That's the trouble...you carry on hoping for it to be perfect next time, then it ends up that they go nowhere near to the spot that you were considering as 'okay' for another 6 hours or something. Beau only got within the right area 3 times during 7 hours of resetting, I had to just let him stay where he was by the 3rd because the rest of the time he was way off, on the other side of town mostly. I've accepted it now and it's not too bad but I so wish there was an easier way  
Good luck with Zucker! Hope you get him plotted soon


----------



## Believe (Oct 3, 2016)

LinkToTheWorld said:


> That's the trouble...you carry on hoping for it to be perfect next time, then it ends up that they go nowhere near to the spot that you were considering as 'okay' for another 6 hours or something. Beau only got within the right area 3 times during 7 hours of resetting, I had to just let him stay where he was by the 3rd because the rest of the time he was way off, on the other side of town mostly. I've accepted it now and it's not too bad but I so wish there was an easier way
> Good luck with Zucker! Hope you get him plotted soon



Agh yea I feel like i'll be stuck in a similar situation.
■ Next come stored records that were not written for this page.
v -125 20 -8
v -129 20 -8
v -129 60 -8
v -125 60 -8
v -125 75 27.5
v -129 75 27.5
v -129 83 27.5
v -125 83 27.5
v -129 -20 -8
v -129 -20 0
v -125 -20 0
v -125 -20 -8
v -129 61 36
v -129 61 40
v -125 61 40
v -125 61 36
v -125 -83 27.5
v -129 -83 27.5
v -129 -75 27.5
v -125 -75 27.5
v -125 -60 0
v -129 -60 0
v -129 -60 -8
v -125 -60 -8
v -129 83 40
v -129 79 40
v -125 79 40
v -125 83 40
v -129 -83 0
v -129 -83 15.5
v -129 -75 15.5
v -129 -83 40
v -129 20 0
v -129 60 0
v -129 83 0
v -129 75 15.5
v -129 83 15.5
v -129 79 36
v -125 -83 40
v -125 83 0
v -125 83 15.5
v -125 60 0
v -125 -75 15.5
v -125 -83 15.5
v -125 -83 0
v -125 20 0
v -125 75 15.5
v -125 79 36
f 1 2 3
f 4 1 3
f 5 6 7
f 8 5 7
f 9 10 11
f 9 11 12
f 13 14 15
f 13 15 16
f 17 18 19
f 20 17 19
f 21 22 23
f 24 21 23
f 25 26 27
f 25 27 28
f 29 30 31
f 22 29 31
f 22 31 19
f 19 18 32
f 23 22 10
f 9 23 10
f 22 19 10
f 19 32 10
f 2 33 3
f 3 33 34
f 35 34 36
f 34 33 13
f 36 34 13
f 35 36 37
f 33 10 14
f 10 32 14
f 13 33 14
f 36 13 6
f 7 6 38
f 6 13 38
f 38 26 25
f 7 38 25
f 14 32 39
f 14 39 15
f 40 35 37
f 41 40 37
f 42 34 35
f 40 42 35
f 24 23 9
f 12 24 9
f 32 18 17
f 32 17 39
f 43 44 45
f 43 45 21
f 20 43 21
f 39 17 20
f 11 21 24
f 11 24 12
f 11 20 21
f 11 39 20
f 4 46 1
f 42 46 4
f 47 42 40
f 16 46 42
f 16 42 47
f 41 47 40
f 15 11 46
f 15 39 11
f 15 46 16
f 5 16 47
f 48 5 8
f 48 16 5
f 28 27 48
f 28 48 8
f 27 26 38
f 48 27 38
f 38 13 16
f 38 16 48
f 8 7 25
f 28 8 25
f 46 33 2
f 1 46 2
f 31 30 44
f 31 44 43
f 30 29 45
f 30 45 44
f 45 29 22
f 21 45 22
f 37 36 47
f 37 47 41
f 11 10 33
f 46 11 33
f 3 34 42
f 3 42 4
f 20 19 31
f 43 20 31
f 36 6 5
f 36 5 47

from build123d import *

# Parameters (mm, degrees)
SKETCH008_W     = 166
SKETCH008_H     = 48
PAD005_DEPTH    = 4
SKETCH028_W     = 40
SKETCH028_H     = 30
SKETCH028_H_2   = 12
POCKET011_DEPTH = 4.001
SKETCH056_W     = 18
SKETCH056_H     = 10
POCKET022_DEPTH = 4.001


with BuildPart() as part:
    # Sketch008 (on DatumPlane) → Pad005 (new body)
    with BuildSketch(Plane(origin=(-129, 0, -4), x_dir=(0, 1, 0), z_dir=(1, 0, 0))):
        with Locations((0, 20)):
            Rectangle(SKETCH008_W, SKETCH008_H)
    extrude(amount=PAD005_DEPTH)

    # Sketch028 (on Face5 of Pad005) → Pocket011 (cut, through all)
    with BuildSketch(Plane(origin=(-129, 0, -4), x_dir=(0, 1, 0), z_dir=(-1, 0, 0))):
        with Locations((-80, 11)):
            Rectangle(SKETCH028_W, SKETCH028_H)
        with Locations((0, 11)):
            Rectangle(SKETCH028_W, SKETCH028_H)
        with Locations((80, 11)):
            Rectangle(SKETCH028_W, SKETCH028_H)
        with Locations((-95, -25.5)):
            Rectangle(SKETCH028_W, SKETCH028_H_2)
        with Locations((95, -25.5)):
            Rectangle(SKETCH028_W, SKETCH028_H_2)
    extrude(amount=-POCKET011_DEPTH, mode=Mode.SUBTRACT)

    # Sketch056 (on Face4 of Pocket011) → Pocket022 (cut, through all)
    with BuildSketch(Plane(origin=(-129, 0, -4), x_dir=(0, 1, 0), z_dir=(-1, 0, 0))):
        with Locations((70, -45)):
            Rectangle(SKETCH056_W, SKETCH056_H)
    extrude(amount=-POCKET022_DEPTH, mode=Mode.SUBTRACT)


solid = part.part
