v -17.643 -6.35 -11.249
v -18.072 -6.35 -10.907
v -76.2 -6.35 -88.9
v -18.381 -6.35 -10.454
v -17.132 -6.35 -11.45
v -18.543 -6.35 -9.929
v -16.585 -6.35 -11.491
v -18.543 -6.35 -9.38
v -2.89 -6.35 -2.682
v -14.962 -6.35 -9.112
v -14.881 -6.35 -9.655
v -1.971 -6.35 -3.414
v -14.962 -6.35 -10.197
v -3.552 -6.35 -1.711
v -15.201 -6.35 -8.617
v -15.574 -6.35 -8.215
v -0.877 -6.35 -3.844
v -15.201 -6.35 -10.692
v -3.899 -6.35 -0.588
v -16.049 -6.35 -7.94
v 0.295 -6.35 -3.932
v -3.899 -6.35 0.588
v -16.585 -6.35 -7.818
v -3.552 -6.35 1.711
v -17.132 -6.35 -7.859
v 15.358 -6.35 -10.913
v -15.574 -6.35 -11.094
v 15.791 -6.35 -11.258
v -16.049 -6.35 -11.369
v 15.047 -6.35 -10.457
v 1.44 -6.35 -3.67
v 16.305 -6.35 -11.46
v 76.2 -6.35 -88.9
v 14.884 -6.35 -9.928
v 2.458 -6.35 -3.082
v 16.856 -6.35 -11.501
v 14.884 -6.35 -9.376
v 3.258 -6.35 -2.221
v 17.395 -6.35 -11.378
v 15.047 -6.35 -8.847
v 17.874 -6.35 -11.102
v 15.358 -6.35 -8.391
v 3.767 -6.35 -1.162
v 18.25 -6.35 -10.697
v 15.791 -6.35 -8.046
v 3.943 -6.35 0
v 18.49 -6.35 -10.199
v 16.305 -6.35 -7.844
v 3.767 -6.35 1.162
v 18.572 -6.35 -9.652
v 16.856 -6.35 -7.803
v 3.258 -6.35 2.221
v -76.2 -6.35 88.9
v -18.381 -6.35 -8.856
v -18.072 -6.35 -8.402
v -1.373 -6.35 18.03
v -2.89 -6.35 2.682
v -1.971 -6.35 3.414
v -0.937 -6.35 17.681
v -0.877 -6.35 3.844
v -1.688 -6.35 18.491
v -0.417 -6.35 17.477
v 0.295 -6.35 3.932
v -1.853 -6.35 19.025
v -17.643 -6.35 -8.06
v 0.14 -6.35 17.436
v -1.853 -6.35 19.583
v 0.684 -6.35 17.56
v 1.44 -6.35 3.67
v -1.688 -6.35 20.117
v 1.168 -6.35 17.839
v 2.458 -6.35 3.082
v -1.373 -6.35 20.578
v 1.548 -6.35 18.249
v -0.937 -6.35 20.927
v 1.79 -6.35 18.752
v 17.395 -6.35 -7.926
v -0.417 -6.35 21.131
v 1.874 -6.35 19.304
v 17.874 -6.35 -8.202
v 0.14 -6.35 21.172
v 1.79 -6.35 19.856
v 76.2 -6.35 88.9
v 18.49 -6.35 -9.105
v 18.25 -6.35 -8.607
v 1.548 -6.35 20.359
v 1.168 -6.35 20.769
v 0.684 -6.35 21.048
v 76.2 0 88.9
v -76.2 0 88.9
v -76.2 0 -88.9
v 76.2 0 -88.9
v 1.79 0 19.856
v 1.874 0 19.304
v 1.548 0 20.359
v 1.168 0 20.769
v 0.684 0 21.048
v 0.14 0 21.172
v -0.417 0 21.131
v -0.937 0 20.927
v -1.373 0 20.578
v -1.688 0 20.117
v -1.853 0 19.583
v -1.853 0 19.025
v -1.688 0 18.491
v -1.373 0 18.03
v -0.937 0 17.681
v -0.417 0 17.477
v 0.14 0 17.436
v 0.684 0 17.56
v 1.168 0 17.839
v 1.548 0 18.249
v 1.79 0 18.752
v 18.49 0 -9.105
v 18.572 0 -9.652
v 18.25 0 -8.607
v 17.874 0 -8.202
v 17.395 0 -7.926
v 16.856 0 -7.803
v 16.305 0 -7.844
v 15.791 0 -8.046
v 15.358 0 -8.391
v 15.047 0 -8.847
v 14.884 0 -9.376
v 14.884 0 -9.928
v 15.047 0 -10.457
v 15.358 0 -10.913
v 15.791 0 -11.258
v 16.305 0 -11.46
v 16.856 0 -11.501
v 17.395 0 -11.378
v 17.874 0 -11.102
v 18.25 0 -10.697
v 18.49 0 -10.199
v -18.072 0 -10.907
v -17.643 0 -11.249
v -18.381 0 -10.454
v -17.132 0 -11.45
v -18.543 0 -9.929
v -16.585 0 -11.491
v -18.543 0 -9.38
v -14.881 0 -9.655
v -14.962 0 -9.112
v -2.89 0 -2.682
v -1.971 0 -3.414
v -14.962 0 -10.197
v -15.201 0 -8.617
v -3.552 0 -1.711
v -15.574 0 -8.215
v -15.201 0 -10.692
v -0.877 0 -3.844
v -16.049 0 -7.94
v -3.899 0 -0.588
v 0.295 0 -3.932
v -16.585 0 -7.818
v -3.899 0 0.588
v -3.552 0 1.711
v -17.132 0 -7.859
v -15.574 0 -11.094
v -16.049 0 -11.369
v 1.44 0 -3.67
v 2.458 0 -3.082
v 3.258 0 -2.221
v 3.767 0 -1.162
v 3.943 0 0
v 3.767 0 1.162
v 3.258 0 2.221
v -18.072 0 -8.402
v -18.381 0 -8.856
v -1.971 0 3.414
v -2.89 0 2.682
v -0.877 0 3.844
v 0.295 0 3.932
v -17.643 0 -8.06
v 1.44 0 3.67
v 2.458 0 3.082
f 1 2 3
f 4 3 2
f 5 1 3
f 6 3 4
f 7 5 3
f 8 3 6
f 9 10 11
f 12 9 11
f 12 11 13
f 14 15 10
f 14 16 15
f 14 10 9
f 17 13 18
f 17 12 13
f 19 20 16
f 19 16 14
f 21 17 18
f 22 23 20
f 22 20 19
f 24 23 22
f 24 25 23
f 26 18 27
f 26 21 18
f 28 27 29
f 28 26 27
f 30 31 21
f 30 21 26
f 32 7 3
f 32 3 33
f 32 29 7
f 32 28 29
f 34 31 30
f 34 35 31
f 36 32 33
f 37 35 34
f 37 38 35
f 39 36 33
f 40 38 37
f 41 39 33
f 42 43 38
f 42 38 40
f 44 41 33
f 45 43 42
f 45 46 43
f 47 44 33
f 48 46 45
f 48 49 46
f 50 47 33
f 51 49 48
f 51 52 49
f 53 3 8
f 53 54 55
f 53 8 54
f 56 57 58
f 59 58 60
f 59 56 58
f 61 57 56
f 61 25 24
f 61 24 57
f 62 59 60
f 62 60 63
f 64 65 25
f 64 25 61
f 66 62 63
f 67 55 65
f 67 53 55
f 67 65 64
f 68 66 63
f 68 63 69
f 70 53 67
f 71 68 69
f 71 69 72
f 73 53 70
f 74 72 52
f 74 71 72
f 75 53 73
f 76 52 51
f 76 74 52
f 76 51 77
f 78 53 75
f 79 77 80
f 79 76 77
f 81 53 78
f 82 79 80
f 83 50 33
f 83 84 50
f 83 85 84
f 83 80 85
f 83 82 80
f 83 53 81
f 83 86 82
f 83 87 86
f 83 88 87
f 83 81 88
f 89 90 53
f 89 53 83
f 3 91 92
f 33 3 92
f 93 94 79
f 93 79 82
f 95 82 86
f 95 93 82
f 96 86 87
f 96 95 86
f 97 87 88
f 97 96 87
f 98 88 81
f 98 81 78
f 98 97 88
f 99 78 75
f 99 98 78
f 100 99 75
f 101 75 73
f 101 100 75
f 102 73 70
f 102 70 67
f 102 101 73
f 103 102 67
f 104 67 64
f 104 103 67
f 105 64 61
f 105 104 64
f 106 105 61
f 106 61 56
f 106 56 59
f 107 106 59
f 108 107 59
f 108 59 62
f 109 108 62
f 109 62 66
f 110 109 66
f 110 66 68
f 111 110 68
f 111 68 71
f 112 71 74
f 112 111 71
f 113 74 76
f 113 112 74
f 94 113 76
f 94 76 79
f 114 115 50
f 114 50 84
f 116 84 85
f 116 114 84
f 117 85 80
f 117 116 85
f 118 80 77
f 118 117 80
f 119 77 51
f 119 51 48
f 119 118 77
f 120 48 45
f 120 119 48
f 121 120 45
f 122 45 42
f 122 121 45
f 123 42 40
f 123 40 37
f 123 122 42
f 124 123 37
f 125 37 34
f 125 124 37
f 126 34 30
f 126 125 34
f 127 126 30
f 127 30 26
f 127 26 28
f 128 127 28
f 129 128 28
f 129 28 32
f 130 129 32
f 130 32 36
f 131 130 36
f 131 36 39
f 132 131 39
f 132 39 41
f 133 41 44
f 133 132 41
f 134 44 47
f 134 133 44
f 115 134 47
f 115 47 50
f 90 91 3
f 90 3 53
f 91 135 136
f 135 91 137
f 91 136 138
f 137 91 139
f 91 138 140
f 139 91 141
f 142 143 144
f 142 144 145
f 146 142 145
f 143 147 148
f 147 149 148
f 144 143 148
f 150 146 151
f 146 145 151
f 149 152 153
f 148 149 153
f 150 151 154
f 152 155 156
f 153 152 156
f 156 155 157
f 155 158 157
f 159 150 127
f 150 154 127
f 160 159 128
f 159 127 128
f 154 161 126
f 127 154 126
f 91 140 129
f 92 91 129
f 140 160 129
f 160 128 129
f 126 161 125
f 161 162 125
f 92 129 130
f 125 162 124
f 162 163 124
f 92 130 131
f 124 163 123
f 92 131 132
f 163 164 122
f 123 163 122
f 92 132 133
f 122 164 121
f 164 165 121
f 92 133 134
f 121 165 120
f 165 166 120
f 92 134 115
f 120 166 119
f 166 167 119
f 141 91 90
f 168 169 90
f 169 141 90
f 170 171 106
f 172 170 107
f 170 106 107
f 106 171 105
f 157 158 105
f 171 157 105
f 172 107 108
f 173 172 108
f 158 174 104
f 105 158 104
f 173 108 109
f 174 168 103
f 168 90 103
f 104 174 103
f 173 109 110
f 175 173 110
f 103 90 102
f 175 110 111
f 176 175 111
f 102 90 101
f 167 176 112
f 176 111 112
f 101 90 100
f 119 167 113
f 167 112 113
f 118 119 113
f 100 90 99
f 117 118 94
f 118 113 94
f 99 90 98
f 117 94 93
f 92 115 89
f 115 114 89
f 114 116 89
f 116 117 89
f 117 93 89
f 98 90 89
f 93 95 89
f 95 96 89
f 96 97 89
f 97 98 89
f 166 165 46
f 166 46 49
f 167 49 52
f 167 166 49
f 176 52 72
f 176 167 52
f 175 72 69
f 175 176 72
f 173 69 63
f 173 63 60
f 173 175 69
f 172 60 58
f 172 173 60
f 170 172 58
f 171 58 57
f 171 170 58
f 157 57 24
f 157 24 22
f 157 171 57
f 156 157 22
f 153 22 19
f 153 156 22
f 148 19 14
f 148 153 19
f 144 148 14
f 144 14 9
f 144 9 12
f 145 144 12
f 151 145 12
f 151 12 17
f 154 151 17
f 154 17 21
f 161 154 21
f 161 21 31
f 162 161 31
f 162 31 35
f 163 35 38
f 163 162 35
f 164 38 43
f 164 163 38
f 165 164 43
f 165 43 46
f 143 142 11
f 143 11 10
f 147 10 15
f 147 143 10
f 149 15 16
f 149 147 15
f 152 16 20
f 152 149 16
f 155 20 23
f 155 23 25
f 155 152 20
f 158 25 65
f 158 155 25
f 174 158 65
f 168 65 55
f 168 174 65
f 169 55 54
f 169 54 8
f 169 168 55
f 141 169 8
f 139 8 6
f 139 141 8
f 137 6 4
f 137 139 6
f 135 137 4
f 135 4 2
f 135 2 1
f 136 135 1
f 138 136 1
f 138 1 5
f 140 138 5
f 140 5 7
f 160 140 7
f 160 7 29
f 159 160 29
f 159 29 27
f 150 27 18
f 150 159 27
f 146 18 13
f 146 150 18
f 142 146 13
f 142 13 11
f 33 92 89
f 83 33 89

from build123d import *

# Parameters (mm, degrees)
F0_W     = 152.4
F0_H     = 177.8
F0_R     = 1.8415
F0_R_2   = 1.85447
F0_R_3   = 3.942651
F0_R_4   = 1.873541
F1_DEPTH = 6.35


with BuildPart() as f1:
    # F0 (on Front) → F1 (new body)
    with BuildSketch(Plane.XZ):
        Rectangle(F0_W, F0_H)
        with Locations((-16.722151, -9.654538)):
            Circle(F0_R, mode=Mode.SUBTRACT)
        with Locations((16.717754, -9.652)):
            Circle(F0_R_2, mode=Mode.SUBTRACT)
        Circle(F0_R_3, mode=Mode.SUBTRACT)
        with Locations((0, 19.304)):
            Circle(F0_R_4, mode=Mode.SUBTRACT)
    extrude(amount=F1_DEPTH)


solid = f1.part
Gonna keep trucking through and try to get him on the right spot!


----------



## OliviaTheCreep (Oct 3, 2016)

I'm plot resetting tiffany right now my boyfriend saw how much I struggled to find anyone with her let alone willing to get rid of her so he ended up deleting his town and resetting until he was an original villager only took him like 4 hours  but now she's finally moving into my town and I'll plot reset her until she's in the perfect spot  <3


----------



## pandapples (Oct 3, 2016)

this is not a struggle story, but the last villager I got, eugene, plotted in the perfect spot in one try. I was so amazed I didn't know villagers could plot so close to the cliff but he went on the bottom row of the map with the rest of the villagers so I was happy.


----------



## MochiACNL (Oct 3, 2016)

I have spent 2 hours, 3 soon, trying to plot reset Rudy. He was so close.... Rudy why


----------



## I_Jessie_12_xx (Oct 3, 2016)

Yes i know your struggle, Julian plonked right behind my house ruining the view and my whole town layout- so annoying.

- - - Post Merge - - -

And yet, I couldn't find his plot that day so it was not until he moved in I found him so I couldn't plot reset. But i did used to haveFauna who I plot reset for like two hours yet she still wasn't in the perfect position.


----------



## Believe (Oct 3, 2016)

Honestly? Im dead inside. I MIGHT just settle with his spot to be honest..





jk I reset


----------



## Believe (Oct 3, 2016)

OMG HE MOVED INTO THE RIGHT SPOT IM SO HAPPY


----------



## ChillyKio (Oct 3, 2016)

Believe said:


> View attachment 185055
> 
> OMG HE MOVED INTO THE RIGHT SPOT IM SO HAPPY



Congrats!! That's always so satisfying.


----------



## N a t (Oct 3, 2016)

Basically in the same boat, but I'm fairly lucky with plot resetting. The longest I ever had to reset was like, a day.


----------



## Believe (Oct 3, 2016)

I think this was the longest ive spent resetting. Im so happy ;D


----------



## Dim (Oct 4, 2016)

Believe said:


> View attachment 185055
> 
> OMG HE MOVED INTO THE RIGHT SPOT IM SO HAPPY


Please tell me how you did it. I MUST KNOW D:


----------



## OliviaTheCreep (Oct 4, 2016)

Believe said:


> View attachment 185055
> 
> OMG HE MOVED INTO THE RIGHT SPOT IM SO HAPPY



You're so lucky I'm still going must be like 7 hours straight


----------



## Believe (Oct 4, 2016)

My secret was cry and get really drunk : )


----------



## Dim (Oct 4, 2016)

Believe said:


> My secret was cry and get really drunk : )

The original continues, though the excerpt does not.